Ainsi, l'histoire se termine là où elle a commencé, avec un homme qui tente de donner un sens à un massacre. J'ai dit à mes fils qu'ils ne devaient pas prendre part aux massacres, et que la nouvelle des massacres d'ennemis ne devait pas les satisfaire ou les réjouir. Lorsque je suis retourné à Dresde, des années après la guerre, la ville ressemblait beaucoup à Dayton, dans l'Ohio. Le chauffeur de taxi allemand qui nous a fait visiter l'ancien abattoir avait perdu sa mère dans l'incendie. C'est ainsi que les choses se passent. Il a envoyé une carte de Noël dans laquelle il souhaitait un monde de paix et de liberté, "si l'accident le permet". En fin de compte, après toutes les destructions, après toutes les tentatives d'explication et de justification, il n'y a que le calme de l'après. Et les oiseaux. Et la question que l'un d'eux pose à Billy Pilgrim. *Poo-tee-weet?*
Ce qu’en disent les autres lecteurs
J’ai aimé
Les critiques louent largement ce livre pour son mélange unique de tragédie et d'humour noir, soulignant souvent sa capacité à aborder des thèmes profonds à travers une narration non conventionnelle. Nombreux sont ceux qui ont trouvé la structure fragmentée, avec son élément de voyage dans le temps, fascinante, originale et très efficace pour transmettre les messages profonds de l'histoire. Le livre est fréquemment salué comme un puissant manifeste antimilitariste, incitant à une profonde réflexion sur la vie, la mort, la raison et l'humanité. Les lecteurs apprécient les personnages mémorables et le style d'écriture distinctif de l'auteur qui, malgré sa simplicité, est souvent décrit comme percutant, brillant et capable d'évoquer des pensées et des sentiments complexes. Sa capacité à combiner science-fiction, satire et récit de guerre en une expérience cohérente et stimulante est constamment mise en avant comme une marque de son génie, confirmant son statut de classique moderne.
J’ai moins aimé
Cependant, certains lecteurs ont trouvé les choix stylistiques du livre comme un point faible important. L'expression répétée « Ainsi va la vie » est fréquemment citée comme agaçante, irritante ou maladroite. Si beaucoup apprécient le style minimaliste, d'autres l'ont trouvé monotone, trop dépouillé, voire simpliste, donnant parfois l'impression d'un simple brouillon plutôt que d'une histoire pleinement développée. La narration non linéaire et décousue, bien que saluée par certains, s'est révélée confuse ou difficile à suivre pour d'autres, provoquant parfois un sentiment de désorientation ou de « mal de tête ». Quelques critiques ont estimé que les réflexions philosophiques n'étaient pas aussi originales ou intéressantes qu'espéré, et l'humour détaché et fataliste n'a pas toujours fait mouche. De plus, certains critiques ont relevé une représentation problématique des femmes, les décrivant comme superficielles ou réduites à leurs attributs physiques.
En bref
Dans l'ensemble, ce livre est largement reconnu comme une œuvre majeure et intemporelle, bien qu'il ait tendance à diviser les lecteurs en raison de son style particulier et de son approche thématique.
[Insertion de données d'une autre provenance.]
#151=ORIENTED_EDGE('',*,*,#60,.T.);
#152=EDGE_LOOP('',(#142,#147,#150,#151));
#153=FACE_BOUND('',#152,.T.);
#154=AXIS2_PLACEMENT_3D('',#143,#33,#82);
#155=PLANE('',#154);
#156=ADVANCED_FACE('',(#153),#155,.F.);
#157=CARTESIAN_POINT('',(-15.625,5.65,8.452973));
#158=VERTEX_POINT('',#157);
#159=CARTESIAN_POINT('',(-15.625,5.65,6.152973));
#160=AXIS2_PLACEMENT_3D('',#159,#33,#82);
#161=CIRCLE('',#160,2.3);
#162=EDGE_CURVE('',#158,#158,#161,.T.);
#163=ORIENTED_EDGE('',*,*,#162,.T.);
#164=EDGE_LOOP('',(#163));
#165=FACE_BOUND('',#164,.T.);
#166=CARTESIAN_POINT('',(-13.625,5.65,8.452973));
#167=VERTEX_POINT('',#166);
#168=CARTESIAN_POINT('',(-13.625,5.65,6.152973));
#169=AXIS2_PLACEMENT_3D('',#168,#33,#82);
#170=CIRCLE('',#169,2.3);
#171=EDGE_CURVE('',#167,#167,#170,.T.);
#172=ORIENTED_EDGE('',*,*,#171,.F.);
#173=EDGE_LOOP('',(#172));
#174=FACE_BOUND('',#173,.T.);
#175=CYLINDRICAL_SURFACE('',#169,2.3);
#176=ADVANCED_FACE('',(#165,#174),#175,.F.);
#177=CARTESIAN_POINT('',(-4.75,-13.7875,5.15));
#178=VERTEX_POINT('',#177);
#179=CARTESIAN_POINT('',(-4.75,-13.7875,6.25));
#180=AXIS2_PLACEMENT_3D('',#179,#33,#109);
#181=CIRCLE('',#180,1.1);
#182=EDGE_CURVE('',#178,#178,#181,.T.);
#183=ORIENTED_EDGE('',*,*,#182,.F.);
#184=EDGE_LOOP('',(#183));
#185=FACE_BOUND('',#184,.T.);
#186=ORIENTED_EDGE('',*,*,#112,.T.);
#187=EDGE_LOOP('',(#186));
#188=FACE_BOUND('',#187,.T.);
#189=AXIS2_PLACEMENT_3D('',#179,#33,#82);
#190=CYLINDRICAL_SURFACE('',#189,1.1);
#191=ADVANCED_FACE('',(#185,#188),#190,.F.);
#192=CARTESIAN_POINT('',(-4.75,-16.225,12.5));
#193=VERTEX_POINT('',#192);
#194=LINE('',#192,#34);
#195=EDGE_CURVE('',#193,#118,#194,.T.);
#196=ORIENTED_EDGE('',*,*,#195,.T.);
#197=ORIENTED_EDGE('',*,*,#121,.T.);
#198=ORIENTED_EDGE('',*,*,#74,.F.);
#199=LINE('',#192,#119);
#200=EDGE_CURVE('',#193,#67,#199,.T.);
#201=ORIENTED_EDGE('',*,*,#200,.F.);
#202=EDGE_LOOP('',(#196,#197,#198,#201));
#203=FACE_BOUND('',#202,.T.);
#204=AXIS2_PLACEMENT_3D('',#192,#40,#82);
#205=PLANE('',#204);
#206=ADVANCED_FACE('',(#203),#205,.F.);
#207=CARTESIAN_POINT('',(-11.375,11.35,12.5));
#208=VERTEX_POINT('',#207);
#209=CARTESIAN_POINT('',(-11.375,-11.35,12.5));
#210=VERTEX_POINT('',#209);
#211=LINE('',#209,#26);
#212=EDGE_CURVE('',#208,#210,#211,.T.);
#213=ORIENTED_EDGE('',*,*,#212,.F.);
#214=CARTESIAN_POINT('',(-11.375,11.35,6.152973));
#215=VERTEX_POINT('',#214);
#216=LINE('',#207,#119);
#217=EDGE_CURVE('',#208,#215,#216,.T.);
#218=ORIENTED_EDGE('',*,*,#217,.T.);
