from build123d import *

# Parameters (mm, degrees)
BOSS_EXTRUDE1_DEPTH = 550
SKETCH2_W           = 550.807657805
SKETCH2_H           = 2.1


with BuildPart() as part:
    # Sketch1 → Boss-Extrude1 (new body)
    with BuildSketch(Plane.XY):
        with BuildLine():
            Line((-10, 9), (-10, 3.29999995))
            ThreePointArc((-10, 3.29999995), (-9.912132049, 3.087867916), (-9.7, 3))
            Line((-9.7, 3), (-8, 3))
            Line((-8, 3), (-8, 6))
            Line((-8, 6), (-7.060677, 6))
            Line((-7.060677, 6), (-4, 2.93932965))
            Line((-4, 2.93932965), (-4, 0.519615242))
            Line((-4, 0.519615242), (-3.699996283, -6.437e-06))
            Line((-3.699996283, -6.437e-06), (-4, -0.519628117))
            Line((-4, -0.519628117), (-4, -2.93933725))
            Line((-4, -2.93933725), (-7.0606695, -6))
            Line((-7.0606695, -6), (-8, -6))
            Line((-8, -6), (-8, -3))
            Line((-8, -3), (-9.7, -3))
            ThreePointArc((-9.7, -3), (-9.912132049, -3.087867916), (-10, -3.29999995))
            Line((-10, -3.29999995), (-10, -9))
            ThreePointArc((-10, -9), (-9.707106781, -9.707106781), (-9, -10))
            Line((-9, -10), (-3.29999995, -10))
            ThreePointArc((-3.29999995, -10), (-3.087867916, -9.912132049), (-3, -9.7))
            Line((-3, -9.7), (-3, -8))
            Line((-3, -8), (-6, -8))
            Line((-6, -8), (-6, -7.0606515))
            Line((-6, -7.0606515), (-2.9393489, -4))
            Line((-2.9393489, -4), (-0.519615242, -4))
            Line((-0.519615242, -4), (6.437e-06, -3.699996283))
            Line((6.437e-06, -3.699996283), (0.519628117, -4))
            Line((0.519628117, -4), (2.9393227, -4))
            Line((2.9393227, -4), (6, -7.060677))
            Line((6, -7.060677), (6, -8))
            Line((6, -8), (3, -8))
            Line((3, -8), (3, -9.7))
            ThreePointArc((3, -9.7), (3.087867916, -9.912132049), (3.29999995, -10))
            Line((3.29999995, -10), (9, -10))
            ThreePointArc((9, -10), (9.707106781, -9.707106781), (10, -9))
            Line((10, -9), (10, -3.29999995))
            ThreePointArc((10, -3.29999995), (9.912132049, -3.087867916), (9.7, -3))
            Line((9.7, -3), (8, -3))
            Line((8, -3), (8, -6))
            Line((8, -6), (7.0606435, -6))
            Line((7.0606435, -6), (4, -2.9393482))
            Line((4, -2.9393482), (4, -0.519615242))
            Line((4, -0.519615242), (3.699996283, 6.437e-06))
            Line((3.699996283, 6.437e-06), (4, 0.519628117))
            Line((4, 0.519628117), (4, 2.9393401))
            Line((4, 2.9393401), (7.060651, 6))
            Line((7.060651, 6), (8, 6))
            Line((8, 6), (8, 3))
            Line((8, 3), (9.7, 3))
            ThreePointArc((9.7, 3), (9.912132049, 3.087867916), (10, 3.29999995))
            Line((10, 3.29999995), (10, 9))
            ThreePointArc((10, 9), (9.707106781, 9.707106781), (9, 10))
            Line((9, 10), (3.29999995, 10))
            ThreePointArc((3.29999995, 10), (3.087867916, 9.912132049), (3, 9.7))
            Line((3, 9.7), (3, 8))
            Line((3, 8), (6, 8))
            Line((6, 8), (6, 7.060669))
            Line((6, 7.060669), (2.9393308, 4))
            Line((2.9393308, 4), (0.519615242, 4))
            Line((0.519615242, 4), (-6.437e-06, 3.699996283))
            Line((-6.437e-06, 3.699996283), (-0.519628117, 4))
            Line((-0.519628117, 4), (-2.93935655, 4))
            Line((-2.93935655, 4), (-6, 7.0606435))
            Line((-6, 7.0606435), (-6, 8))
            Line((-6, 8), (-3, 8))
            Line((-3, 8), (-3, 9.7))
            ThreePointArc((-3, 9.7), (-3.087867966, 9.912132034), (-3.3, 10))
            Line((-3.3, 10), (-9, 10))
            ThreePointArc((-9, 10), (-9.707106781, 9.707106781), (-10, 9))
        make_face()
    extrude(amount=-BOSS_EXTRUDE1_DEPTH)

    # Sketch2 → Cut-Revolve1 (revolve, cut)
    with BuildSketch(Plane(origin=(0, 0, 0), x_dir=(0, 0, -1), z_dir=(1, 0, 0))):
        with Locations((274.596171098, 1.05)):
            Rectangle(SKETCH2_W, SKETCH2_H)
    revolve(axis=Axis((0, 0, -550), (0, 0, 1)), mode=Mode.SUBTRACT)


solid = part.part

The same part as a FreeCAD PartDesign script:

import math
import FreeCAD as App
import Part
import Sketcher

V = App.Vector
Q = App.Units.Quantity

doc = App.newDocument("Part")
body = doc.addObject("PartDesign::Body", "Body")

# Sketch on XY plane
sketch1 = body.newObject("Sketcher::SketchObject", "Sketch")
sketch1.AttachmentSupport = (doc.getObject("XY_Plane"), [""])
sketch1.MapMode = "FlatFace"
sketch1.addGeometry(Part.LineSegment(V(-10, 9, 0), V(-10, 3.3, 0)), False)
sketch1.addGeometry(Part.ArcOfCircle(Part.Circle(V(-9.7, 3.3, 0), V(0, 0, 1), 0.3), math.radians(180), math.radians(270)), False)
sketch1.addGeometry(Part.LineSegment(V(-9.7, 3, 0), V(-8, 3, 0)), False)
sketch1.addGeometry(Part.LineSegment(V(-8, 3, 0), V(-8, 6, 0)), False)
sketch1.addGeometry(Part.LineSegment(V(-8, 6, 0), V(-7.06, 6, 0)), False)
sketch1.addGeometry(Part.LineSegment(V(-7.06, 6, 0), V(-4, 2.94, 0)), False)
sketch1.addGeometry(Part.LineSegment(V(-4, 2.94, 0), V(-4, 0.52, 0)), False)
sketch1.addGeometry(Part.LineSegment(V(-4, 0.52, 0), V(-3.7, 0, 0)), False)
sketch1.addGeometry(Part.LineSegment(V(-3.7, 0, 0), V(-4, -0.52, 0)), False)
sketch1.addGeometry(Part.LineSegment(V(-4, -0.52, 0), V(-4, -2.94, 0)), False)
sketch1.addGeometry(Part.LineSegment(V(-4, -2.94, 0), V(-7.06, -6, 0)), False)
sketch1.addGeometry(Part.LineSegment(V(-7.06, -6, 0), V(-8, -6, 0)), False)
sketch1.addGeometry(Part.LineSegment(V(-8, -6, 0), V(-8, -3, 0)), False)
sketch1.addGeometry(Part.LineSegment(V(-8, -3, 0), V(-9.7, -3, 0)), False)
sketch1.addGeometry(Part.ArcOfCircle(Part.Circle(V(-9.7, -3.3, 0), V(0, 0, 1), 0.3), math.radians(90), math.radians(180)), False)
sketch1.addGeometry(Part.LineSegment(V(-10, -3.3, 0), V(-10, -9, 0)), False)
sketch1.addGeometry(Part.ArcOfCircle(Part.Circle(V(-9, -9, 0), V(0, 0, 1), 1), math.radians(-180), math.radians(-90)), False)
sketch1.addGeometry(Part.LineSegment(V(-9, -10, 0), V(-3.3, -10, 0)), False)
sketch1.addGeometry(Part.ArcOfCircle(Part.Circle(V(-3.3, -9.7, 0), V(0, 0, 1), 0.3), math.radians(-90), math.radians(0)), False)
sketch1.addGeometry(Part.LineSegment(V(-3, -9.7, 0), V(-3, -8, 0)), False)
sketch1.addGeometry(Part.LineSegment(V(-3, -8, 0), V(-6, -8, 0)), False)
sketch1.addGeometry(Part.LineSegment(V(-6, -8, 0), V(-6, -7.06, 0)), False)
sketch1.addGeometry(Part.LineSegment(V(-6, -7.06, 0), V(-2.94, -4, 0)), False)
sketch1.addGeometry(Part.LineSegment(V(-2.94, -4, 0), V(-0.52, -4, 0)), False)
sketch1.addGeometry(Part.LineSegment(V(-0.52, -4, 0), V(0, -3.7, 0)), False)
sketch1.addGeometry(Part.LineSegment(V(0, -3.7, 0), V(0.52, -4, 0)), False)
sketch1.addGeometry(Part.LineSegment(V(0.52, -4, 0), V(2.94, -4, 0)), False)
sketch1.addGeometry(Part.LineSegment(V(2.94, -4, 0), V(6, -7.06, 0)), False)
sketch1.addGeometry(Part.LineSegment(V(6, -7.06, 0), V(6, -8, 0)), False)
sketch1.addGeometry(Part.LineSegment(V(6, -8, 0), V(3, -8, 0)), False)
sketch1.addGeometry(Part.LineSegment(V(3, -8, 0), V(3, -9.7, 0)), False)
sketch1.addGeometry(Part.ArcOfCircle(Part.Circle(V(3.3, -9.7, 0), V(0, 0, 1), 0.3), math.radians(180), math.radians(270)), False)
sketch1.addGeometry(Part.LineSegment(V(3.3, -10, 0), V(9, -10, 0)), False)
sketch1.addGeometry(Part.ArcOfCircle(Part.Circle(V(9, -9, 0), V(0, 0, 1), 1), math.radians(-90), math.radians(0)), False)
sketch1.addGeometry(Part.LineSegment(V(10, -9, 0), V(10, -3.3, 0)), False)
sketch1.addGeometry(Part.ArcOfCircle(Part.Circle(V(9.7, -3.3, 0), V(0, 0, 1), 0.3), math.radians(0), math.radians(90)), False)
sketch1.addGeometry(Part.LineSegment(V(9.7, -3, 0), V(8, -3, 0)), False)
sketch1.addGeometry(Part.LineSegment(V(8, -3, 0), V(8, -6, 0)), False)
sketch1.addGeometry(Part.LineSegment(V(8, -6, 0), V(7.06, -6, 0)), False)
sketch1.addGeometry(Part.LineSegment(V(7.06, -6, 0), V(4, -2.94, 0)), False)
sketch1.addGeometry(Part.LineSegment(V(4, -2.94, 0), V(4, -0.52, 0)), False)
sketch1.addGeometry(Part.LineSegment(V(4, -0.52, 0), V(3.7, 0, 0)), False)
sketch1.addGeometry(Part.LineSegment(V(3.7, 0, 0), V(4, 0.52, 0)), False)
sketch1.addGeometry(Part.LineSegment(V(4, 0.52, 0), V(4, 2.94, 0)), False)
sketch1.addGeometry(Part.LineSegment(V(4, 2.94, 0), V(7.06, 6, 0)), False)
sketch1.addGeometry(Part.LineSegment(V(7.06, 6, 0), V(8, 6, 0)), False)
sketch1.addGeometry(Part.LineSegment(V(8, 6, 0), V(8, 3, 0)), False)
sketch1.addGeometry(Part.LineSegment(V(8, 3, 0), V(9.7, 3, 0)), False)
sketch1.addGeometry(Part.ArcOfCircle(Part.Circle(V(9.7, 3.3, 0), V(0, 0, 1), 0.3), math.radians(-90), math.radians(0)), False)
sketch1.addGeometry(Part.LineSegment(V(10, 3.3, 0), V(10, 9, 0)), False)
sketch1.addGeometry(Part.ArcOfCircle(Part.Circle(V(9, 9, 0), V(0, 0, 1), 1), math.radians(0), math.radians(90)), False)
sketch1.addGeometry(Part.LineSegment(V(9, 10, 0), V(3.3, 10, 0)), False)
sketch1.addGeometry(Part.ArcOfCircle(Part.Circle(V(3.3, 9.7, 0), V(0, 0, 1), 0.3), math.radians(90), math.radians(180)), False)
sketch1.addGeometry(Part.LineSegment(V(3, 9.7, 0), V(3, 8, 0)), False)
sketch1.addGeometry(Part.LineSegment(V(3, 8, 0), V(6, 8, 0)), False)
sketch1.addGeometry(Part.LineSegment(V(6, 8, 0), V(6, 7.06, 0)), False)
sketch1.addGeometry(Part.LineSegment(V(6, 7.06, 0), V(2.94, 4, 0)), False)
sketch1.addGeometry(Part.LineSegment(V(2.94, 4, 0), V(0.52, 4, 0)), False)
sketch1.addGeometry(Part.LineSegment(V(0.52, 4, 0), V(0, 3.7, 0)), False)
sketch1.addGeometry(Part.LineSegment(V(0, 3.7, 0), V(-0.52, 4, 0)), False)
sketch1.addGeometry(Part.LineSegment(V(-0.52, 4, 0), V(-2.94, 4, 0)), False)
sketch1.addGeometry(Part.LineSegment(V(-2.94, 4, 0), V(-6, 7.06, 0)), False)
sketch1.addGeometry(Part.LineSegment(V(-6, 7.06, 0), V(-6, 8, 0)), False)
sketch1.addGeometry(Part.LineSegment(V(-6, 8, 0), V(-3, 8, 0)), False)
sketch1.addGeometry(Part.LineSegment(V(-3, 8, 0), V(-3, 9.7, 0)), False)
sketch1.addGeometry(Part.ArcOfCircle(Part.Circle(V(-3.3, 9.7, 0), V(0, 0, 1), 0.3), math.radians(0), math.radians(90)), False)
sketch1.addGeometry(Part.LineSegment(V(-3.3, 10, 0), V(-9, 10, 0)), False)
sketch1.addGeometry(Part.ArcOfCircle(Part.Circle(V(-9, 9, 0), V(0, 0, 1), 1), math.radians(90), math.radians(180)), False)
sketch1.addConstraint(Sketcher.Constraint("Tangent", 0, 2, 1, 1))
sketch1.addConstraint(Sketcher.Constraint("Tangent", 1, 2, 2, 1))
sketch1.addConstraint(Sketcher.Constraint("Coincident", 2, 2, 3, 1))
sketch1.addConstraint(Sketcher.Constraint("Coincident", 3, 2, 4, 1))
sketch1.addConstraint(Sketcher.Constraint("Coincident", 4, 2, 5, 1))
sketch1.addConstraint(Sketcher.Constraint("Coincident", 5, 2, 6, 1))
sketch1.addConstraint(Sketcher.Constraint("Coincident", 6, 2, 7, 1))
sketch1.addConstraint(Sketcher.Constraint("Coincident", 7, 2, 8, 1))
sketch1.addConstraint(Sketcher.Constraint("Coincident", 8, 2, 9, 1))
sketch1.addConstraint(Sketcher.Constraint("Coincident", 9, 2, 10, 1))
sketch1.addConstraint(Sketcher.Constraint("Coincident", 10, 2, 11, 1))
sketch1.addConstraint(Sketcher.Constraint("Coincident", 11, 2, 12, 1))
sketch1.addConstraint(Sketcher.Constraint("Coincident", 12, 2, 13, 1))
sketch1.addConstraint(Sketcher.Constraint("Tangent", 13, 2, 14, 1))
sketch1.addConstraint(Sketcher.Constraint("Tangent", 14, 2, 15, 1))
sketch1.addConstraint(Sketcher.Constraint("Tangent", 15, 2, 16, 1))
sketch1.addConstraint(Sketcher.Constraint("Tangent", 16, 2, 17, 1))
sketch1.addConstraint(Sketcher.Constraint("Tangent", 17, 2, 18, 1))
sketch1.addConstraint(Sketcher.Constraint("Tangent", 18, 2, 19, 1))
sketch1.addConstraint(Sketcher.Constraint("Coincident", 19, 2, 20, 1))
sketch1.addConstraint(Sketcher.Constraint("Coincident", 20, 2, 21, 1))
sketch1.addConstraint(Sketcher.Constraint("Coincident", 21, 2, 22, 1))
sketch1.addConstraint(Sketcher.Constraint("Coincident", 22, 2, 23, 1))
sketch1.addConstraint(Sketcher.Constraint("Coincident", 23, 2, 24, 1))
Il est vivement recommandé aux lecteurs qui apprécient les récits expérimentaux, sont ouverts au mélange des genres, notamment la science-fiction et la satire, et recherchent une exploration profonde, souvent teintée d'humour noir, de l'impact de la guerre et de la condition humaine. Ceux qui apprécient les récits non conventionnels qui remettent en question les structures traditionnelles et qui sont prêts à composer avec l'ambiguïté trouveront probablement dans ce livre une expérience profondément enrichissante et stimulante.